§ **Exercise instructions**: Only lines holding the word "amount" are wanted from the records; copy all of them.

### Dataset records ###

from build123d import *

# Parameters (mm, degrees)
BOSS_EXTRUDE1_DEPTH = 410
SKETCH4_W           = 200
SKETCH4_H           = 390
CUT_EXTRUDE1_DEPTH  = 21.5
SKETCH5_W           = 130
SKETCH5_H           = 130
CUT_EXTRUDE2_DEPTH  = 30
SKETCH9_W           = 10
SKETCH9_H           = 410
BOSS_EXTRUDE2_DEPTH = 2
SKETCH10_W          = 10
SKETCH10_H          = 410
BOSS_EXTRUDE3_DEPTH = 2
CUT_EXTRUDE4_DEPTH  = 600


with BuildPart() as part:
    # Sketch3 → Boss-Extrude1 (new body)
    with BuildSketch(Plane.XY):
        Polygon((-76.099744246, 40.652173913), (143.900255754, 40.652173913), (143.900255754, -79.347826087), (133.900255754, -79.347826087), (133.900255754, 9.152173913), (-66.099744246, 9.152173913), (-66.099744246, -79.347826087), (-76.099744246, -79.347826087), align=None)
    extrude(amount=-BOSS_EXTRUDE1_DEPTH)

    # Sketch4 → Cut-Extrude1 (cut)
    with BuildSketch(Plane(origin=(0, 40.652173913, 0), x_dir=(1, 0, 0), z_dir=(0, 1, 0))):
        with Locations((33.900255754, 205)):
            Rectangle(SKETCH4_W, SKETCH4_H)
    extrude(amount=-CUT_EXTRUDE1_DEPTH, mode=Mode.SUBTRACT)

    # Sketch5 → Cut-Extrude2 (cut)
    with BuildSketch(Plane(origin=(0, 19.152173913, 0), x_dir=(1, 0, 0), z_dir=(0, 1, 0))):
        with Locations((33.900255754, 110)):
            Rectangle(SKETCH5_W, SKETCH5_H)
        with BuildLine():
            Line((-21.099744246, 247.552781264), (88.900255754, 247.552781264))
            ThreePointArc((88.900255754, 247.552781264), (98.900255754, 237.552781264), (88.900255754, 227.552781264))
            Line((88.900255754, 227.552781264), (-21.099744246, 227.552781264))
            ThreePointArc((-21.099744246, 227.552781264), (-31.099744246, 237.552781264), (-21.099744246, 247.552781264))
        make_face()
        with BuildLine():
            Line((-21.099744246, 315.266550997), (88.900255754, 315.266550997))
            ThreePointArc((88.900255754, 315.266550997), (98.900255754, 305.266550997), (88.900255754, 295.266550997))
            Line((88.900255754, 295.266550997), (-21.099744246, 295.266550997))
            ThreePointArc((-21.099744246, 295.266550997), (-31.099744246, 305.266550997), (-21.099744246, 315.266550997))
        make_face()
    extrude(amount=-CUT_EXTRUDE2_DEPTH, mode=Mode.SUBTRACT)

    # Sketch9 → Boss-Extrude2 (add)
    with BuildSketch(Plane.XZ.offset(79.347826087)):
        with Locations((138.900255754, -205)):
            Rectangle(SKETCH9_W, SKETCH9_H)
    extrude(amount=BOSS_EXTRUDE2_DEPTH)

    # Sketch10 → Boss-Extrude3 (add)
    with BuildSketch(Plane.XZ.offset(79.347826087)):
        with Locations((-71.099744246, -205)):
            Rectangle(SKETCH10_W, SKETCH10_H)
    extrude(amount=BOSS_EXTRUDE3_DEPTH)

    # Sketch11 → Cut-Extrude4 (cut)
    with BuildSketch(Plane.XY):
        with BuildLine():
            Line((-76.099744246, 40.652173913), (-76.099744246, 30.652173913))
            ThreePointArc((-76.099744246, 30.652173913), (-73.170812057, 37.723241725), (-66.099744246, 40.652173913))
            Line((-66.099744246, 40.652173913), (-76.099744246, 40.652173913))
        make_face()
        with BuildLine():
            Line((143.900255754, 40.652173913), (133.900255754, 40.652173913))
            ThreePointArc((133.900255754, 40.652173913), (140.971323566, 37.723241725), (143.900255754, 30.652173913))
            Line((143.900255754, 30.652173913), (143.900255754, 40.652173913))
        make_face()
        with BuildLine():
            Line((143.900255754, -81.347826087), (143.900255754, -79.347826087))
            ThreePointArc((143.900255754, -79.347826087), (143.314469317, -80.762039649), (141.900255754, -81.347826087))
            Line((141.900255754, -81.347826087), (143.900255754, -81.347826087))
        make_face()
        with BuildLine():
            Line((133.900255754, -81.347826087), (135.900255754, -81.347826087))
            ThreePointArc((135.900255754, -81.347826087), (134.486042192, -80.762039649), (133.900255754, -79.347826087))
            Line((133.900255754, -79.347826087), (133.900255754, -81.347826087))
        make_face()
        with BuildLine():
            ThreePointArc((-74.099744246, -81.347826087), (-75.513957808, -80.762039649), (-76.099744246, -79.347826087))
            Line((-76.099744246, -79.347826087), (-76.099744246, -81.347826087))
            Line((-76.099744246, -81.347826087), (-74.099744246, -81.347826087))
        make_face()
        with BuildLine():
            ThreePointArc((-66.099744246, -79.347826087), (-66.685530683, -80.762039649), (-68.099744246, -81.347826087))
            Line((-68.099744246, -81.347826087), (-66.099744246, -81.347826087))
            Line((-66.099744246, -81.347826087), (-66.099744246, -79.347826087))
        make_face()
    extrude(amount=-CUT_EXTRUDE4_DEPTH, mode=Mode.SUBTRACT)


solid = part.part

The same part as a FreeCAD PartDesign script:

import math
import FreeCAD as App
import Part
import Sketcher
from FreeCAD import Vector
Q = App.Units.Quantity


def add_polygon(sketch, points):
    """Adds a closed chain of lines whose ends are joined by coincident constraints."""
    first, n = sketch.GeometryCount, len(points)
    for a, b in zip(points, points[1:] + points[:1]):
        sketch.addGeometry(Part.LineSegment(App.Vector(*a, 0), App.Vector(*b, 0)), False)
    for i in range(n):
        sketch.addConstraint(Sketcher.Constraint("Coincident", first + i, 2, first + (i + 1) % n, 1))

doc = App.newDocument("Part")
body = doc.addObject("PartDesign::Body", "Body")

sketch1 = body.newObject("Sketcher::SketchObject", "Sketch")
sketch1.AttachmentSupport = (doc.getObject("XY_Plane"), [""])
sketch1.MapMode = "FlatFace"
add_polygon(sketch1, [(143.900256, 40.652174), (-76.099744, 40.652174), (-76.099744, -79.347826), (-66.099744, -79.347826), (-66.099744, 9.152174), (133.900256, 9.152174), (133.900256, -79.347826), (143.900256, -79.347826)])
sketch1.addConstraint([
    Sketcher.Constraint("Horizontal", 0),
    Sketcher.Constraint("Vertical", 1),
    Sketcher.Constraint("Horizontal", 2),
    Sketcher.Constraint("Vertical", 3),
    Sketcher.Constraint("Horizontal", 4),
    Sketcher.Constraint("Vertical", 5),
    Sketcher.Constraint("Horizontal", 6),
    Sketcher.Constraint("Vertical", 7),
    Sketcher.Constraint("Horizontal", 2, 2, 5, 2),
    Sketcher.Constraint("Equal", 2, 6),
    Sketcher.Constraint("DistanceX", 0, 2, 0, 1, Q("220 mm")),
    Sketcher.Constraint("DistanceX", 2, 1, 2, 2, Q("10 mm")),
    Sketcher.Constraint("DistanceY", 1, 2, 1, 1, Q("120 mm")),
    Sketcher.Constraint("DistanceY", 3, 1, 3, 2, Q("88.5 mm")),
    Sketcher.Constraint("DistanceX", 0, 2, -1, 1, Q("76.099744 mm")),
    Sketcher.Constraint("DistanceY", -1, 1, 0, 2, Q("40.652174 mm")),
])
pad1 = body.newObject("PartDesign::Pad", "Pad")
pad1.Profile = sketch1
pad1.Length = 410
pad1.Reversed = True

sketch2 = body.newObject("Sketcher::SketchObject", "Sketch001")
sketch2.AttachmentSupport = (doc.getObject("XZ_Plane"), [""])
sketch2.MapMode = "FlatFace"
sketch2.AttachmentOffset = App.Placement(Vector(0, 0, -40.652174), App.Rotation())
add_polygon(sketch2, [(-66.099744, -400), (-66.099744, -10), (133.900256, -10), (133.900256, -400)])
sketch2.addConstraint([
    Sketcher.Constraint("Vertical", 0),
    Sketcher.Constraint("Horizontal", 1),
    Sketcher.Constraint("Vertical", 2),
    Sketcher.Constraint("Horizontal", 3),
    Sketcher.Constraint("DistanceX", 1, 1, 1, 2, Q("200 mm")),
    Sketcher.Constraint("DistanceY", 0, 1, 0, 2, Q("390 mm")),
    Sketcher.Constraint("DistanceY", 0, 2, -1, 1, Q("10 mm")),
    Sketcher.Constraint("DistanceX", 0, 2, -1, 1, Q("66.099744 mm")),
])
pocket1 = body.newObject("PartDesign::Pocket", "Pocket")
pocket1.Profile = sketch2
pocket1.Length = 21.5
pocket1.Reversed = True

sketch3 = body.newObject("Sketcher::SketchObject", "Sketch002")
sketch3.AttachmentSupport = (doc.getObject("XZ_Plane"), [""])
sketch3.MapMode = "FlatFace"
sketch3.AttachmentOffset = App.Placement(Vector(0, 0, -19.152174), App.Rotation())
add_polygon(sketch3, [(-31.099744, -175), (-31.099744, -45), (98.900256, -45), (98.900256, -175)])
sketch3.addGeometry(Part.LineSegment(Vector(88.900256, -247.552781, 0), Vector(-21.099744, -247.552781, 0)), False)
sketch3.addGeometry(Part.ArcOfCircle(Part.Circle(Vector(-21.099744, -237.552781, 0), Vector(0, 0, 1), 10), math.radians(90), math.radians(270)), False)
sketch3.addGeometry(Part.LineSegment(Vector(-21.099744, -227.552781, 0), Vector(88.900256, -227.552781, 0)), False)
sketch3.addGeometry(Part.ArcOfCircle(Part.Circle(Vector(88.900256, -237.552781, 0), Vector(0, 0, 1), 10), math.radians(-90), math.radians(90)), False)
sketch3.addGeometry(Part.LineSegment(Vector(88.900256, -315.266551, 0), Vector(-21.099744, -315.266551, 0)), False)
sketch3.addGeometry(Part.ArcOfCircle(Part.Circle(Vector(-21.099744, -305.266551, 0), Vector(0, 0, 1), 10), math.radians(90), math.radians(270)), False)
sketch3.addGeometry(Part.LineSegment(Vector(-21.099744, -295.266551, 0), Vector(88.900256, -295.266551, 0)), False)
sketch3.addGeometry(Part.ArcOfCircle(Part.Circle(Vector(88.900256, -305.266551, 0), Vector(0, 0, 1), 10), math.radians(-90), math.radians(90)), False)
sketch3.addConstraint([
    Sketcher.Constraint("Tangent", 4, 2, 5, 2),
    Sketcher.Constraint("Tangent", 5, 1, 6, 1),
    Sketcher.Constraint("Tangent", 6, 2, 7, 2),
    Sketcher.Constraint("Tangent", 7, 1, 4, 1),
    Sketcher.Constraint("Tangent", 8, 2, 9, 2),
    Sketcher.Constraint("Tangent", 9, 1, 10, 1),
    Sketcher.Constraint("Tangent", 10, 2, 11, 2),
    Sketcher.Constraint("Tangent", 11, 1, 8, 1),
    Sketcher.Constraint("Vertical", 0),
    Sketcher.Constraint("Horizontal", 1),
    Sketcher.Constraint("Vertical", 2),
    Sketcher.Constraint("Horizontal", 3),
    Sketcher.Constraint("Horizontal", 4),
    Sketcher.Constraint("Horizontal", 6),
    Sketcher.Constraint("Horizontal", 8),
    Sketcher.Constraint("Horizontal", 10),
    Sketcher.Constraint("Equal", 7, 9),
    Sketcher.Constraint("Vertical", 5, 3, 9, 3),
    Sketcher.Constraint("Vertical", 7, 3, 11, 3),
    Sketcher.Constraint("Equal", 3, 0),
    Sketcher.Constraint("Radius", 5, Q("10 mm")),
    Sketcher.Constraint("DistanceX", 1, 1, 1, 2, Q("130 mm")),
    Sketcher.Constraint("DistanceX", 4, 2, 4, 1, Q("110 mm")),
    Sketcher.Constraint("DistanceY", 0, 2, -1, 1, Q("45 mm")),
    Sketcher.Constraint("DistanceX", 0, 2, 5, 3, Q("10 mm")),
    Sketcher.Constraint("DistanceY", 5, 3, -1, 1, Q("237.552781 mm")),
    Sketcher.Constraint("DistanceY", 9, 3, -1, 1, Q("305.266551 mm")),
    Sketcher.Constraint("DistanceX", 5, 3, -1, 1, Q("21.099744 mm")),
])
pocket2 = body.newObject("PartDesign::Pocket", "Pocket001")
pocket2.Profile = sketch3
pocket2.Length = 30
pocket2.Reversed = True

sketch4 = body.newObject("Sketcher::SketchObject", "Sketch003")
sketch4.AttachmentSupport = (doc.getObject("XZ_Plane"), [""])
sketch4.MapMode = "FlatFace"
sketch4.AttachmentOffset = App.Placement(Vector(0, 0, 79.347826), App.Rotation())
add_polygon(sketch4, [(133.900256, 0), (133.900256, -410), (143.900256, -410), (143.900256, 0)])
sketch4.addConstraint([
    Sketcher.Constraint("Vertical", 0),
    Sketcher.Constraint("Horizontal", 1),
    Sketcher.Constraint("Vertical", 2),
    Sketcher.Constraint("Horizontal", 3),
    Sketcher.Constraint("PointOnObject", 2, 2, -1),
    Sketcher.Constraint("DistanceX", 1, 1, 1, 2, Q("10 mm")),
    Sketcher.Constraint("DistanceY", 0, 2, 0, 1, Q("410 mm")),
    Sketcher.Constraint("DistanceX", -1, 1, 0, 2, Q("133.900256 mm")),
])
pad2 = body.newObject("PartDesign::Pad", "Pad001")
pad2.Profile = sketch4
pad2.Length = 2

###
### Dataset records ###

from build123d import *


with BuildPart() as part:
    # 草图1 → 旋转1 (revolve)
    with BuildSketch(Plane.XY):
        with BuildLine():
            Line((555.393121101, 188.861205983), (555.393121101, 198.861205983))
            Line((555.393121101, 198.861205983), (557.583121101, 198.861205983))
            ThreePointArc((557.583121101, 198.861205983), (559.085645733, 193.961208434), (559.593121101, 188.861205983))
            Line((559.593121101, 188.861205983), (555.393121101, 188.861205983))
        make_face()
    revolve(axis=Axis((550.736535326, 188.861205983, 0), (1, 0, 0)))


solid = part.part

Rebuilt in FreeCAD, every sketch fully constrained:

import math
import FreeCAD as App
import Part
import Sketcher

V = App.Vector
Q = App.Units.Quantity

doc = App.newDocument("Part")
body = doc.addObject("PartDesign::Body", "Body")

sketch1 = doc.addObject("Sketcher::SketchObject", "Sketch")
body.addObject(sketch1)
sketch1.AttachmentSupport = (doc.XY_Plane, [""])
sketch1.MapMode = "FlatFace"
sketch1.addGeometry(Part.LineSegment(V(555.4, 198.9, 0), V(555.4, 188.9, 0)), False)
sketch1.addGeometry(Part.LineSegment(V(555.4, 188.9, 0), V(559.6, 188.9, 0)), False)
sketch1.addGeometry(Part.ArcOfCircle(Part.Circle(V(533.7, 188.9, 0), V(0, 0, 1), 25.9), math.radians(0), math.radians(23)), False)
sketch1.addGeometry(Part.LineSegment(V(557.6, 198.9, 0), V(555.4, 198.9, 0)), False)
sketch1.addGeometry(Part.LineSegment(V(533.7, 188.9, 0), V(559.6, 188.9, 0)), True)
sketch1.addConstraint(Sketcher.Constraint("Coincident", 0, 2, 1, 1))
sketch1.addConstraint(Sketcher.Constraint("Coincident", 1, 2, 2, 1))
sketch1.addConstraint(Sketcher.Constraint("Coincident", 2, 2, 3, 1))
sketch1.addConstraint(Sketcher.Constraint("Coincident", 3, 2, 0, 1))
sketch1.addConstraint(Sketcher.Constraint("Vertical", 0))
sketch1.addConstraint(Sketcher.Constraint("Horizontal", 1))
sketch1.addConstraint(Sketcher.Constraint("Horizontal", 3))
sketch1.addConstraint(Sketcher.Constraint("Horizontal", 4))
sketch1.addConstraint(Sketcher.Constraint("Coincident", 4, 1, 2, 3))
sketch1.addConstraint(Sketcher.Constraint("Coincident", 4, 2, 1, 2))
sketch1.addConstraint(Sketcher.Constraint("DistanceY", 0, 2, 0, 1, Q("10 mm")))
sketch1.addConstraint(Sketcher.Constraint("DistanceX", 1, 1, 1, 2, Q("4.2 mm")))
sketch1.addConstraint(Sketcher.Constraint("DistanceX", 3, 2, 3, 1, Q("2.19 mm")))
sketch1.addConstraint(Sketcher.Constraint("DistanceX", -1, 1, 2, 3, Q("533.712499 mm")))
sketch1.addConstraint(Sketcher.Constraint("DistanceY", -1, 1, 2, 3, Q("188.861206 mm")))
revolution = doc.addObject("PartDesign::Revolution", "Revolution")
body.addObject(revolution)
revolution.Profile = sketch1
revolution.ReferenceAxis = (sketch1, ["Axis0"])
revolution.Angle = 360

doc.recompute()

###
### Dataset records ###

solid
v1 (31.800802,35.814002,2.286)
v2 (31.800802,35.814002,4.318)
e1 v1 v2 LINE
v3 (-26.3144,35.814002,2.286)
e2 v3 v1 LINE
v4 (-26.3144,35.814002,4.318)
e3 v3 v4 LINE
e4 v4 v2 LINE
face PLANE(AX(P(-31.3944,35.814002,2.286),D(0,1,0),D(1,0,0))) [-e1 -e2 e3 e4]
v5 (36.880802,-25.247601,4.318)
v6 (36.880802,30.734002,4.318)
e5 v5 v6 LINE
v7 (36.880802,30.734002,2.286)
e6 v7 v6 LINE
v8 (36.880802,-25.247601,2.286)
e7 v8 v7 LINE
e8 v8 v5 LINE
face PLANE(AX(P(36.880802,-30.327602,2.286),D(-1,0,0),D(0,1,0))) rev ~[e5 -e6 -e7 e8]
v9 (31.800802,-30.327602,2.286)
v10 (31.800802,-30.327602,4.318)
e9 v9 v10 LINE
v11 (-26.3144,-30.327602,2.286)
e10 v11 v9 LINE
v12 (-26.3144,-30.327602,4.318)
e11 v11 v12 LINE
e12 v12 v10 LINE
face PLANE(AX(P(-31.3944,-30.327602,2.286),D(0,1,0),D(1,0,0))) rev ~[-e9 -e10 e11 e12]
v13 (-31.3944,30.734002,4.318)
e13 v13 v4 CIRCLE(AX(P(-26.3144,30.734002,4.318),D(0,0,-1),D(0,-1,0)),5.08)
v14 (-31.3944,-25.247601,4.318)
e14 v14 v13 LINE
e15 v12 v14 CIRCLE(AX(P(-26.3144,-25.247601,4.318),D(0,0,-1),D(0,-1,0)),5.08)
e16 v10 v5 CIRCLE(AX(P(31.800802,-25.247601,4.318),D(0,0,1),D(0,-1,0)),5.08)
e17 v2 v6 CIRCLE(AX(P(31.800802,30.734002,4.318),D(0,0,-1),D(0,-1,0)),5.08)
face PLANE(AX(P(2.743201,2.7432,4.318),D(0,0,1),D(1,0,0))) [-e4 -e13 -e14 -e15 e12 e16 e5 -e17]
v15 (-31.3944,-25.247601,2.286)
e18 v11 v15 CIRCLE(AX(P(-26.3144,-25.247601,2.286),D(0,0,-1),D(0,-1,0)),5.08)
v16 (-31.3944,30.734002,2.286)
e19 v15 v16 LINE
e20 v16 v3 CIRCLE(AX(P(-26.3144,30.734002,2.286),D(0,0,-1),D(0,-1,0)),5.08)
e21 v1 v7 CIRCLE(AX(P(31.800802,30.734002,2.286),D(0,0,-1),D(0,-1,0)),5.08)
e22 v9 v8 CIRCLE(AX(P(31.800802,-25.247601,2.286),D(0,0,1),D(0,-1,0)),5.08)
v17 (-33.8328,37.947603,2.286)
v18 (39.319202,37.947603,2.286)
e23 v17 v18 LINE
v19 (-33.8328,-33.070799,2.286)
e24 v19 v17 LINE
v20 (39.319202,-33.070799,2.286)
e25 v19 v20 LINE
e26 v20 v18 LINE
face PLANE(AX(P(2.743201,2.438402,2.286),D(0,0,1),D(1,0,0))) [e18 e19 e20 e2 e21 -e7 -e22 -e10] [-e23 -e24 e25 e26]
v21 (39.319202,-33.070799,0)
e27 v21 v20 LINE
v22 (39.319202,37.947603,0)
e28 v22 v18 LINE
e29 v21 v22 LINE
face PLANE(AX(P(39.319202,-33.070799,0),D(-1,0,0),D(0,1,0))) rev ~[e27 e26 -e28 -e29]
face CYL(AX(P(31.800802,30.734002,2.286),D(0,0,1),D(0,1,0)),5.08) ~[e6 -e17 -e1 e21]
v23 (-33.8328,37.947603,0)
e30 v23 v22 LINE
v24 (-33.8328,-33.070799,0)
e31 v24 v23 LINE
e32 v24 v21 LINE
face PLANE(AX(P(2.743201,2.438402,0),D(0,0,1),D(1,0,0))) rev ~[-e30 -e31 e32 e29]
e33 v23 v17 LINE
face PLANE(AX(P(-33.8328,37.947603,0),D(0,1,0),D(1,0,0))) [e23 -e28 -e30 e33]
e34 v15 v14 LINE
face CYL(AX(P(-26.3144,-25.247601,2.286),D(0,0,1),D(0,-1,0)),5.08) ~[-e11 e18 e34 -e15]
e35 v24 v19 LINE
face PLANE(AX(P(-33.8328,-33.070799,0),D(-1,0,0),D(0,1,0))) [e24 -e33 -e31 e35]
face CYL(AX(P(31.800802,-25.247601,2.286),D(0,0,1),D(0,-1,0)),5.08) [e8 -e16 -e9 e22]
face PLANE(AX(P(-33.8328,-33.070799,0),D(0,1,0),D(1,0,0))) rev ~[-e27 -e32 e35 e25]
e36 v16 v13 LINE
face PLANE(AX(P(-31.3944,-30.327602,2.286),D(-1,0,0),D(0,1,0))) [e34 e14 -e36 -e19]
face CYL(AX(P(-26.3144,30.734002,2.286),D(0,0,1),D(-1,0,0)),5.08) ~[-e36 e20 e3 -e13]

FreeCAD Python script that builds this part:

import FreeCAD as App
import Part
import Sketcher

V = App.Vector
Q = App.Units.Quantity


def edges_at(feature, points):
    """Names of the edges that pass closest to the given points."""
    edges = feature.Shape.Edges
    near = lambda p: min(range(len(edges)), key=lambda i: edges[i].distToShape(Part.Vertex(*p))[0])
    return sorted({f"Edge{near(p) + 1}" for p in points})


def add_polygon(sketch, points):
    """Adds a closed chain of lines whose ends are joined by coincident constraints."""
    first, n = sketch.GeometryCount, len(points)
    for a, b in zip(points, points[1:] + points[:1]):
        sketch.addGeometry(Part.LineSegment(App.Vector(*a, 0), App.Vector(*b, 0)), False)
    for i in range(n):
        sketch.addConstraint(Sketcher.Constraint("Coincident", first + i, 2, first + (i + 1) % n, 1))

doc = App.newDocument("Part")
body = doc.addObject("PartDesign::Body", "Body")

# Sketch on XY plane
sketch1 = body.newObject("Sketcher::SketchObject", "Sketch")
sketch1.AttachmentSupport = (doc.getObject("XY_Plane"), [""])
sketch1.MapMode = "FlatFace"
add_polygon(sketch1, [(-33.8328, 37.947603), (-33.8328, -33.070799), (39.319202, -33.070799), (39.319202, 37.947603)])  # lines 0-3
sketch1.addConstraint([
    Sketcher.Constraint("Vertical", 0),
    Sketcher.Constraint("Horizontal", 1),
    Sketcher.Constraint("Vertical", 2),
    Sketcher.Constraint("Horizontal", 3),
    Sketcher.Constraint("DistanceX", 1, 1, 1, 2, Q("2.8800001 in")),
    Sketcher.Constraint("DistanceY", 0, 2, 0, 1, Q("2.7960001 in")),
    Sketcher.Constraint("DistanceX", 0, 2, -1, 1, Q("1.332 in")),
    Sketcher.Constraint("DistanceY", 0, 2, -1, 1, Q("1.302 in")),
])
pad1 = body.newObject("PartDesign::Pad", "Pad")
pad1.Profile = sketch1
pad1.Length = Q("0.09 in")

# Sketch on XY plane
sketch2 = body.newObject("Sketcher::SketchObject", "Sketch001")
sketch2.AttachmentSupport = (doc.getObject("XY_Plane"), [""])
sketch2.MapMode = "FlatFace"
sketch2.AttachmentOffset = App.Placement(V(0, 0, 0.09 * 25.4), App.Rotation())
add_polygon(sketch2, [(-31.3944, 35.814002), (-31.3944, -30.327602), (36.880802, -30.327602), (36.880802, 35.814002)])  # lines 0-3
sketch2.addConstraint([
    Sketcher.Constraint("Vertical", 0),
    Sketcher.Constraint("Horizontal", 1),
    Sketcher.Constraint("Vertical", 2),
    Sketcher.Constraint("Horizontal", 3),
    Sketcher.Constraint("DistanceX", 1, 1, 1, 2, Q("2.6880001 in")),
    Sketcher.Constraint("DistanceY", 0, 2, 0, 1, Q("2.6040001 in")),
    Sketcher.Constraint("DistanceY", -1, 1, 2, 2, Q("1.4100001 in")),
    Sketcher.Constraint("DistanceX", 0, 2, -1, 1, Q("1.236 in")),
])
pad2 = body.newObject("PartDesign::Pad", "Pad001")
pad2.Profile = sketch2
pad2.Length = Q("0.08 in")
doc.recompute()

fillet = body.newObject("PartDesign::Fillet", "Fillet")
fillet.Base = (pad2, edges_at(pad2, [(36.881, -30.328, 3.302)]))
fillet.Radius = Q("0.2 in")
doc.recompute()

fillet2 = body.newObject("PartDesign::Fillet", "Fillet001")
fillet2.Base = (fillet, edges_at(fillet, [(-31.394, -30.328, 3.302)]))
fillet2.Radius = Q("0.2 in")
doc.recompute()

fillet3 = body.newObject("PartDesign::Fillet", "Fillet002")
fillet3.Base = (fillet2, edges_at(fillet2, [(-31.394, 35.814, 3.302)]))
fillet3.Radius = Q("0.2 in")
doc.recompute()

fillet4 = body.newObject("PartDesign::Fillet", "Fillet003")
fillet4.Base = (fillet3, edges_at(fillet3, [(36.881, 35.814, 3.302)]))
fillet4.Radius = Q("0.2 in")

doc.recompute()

###

§ **Exercise answer**:
    extrude(amount=-BOSS_EXTRUDE1_DEPTH)
    extrude(amount=-CUT_EXTRUDE1_DEPTH, mode=Mode.SUBTRACT)
    extrude(amount=-CUT_EXTRUDE2_DEPTH, mode=Mode.SUBTRACT)
    extrude(amount=BOSS_EXTRUDE2_DEPTH)
    extrude(amount=BOSS_EXTRUDE3_DEPTH)
    extrude(amount=-CUT_EXTRUDE4_DEPTH, mode=Mode.SUBTRACT)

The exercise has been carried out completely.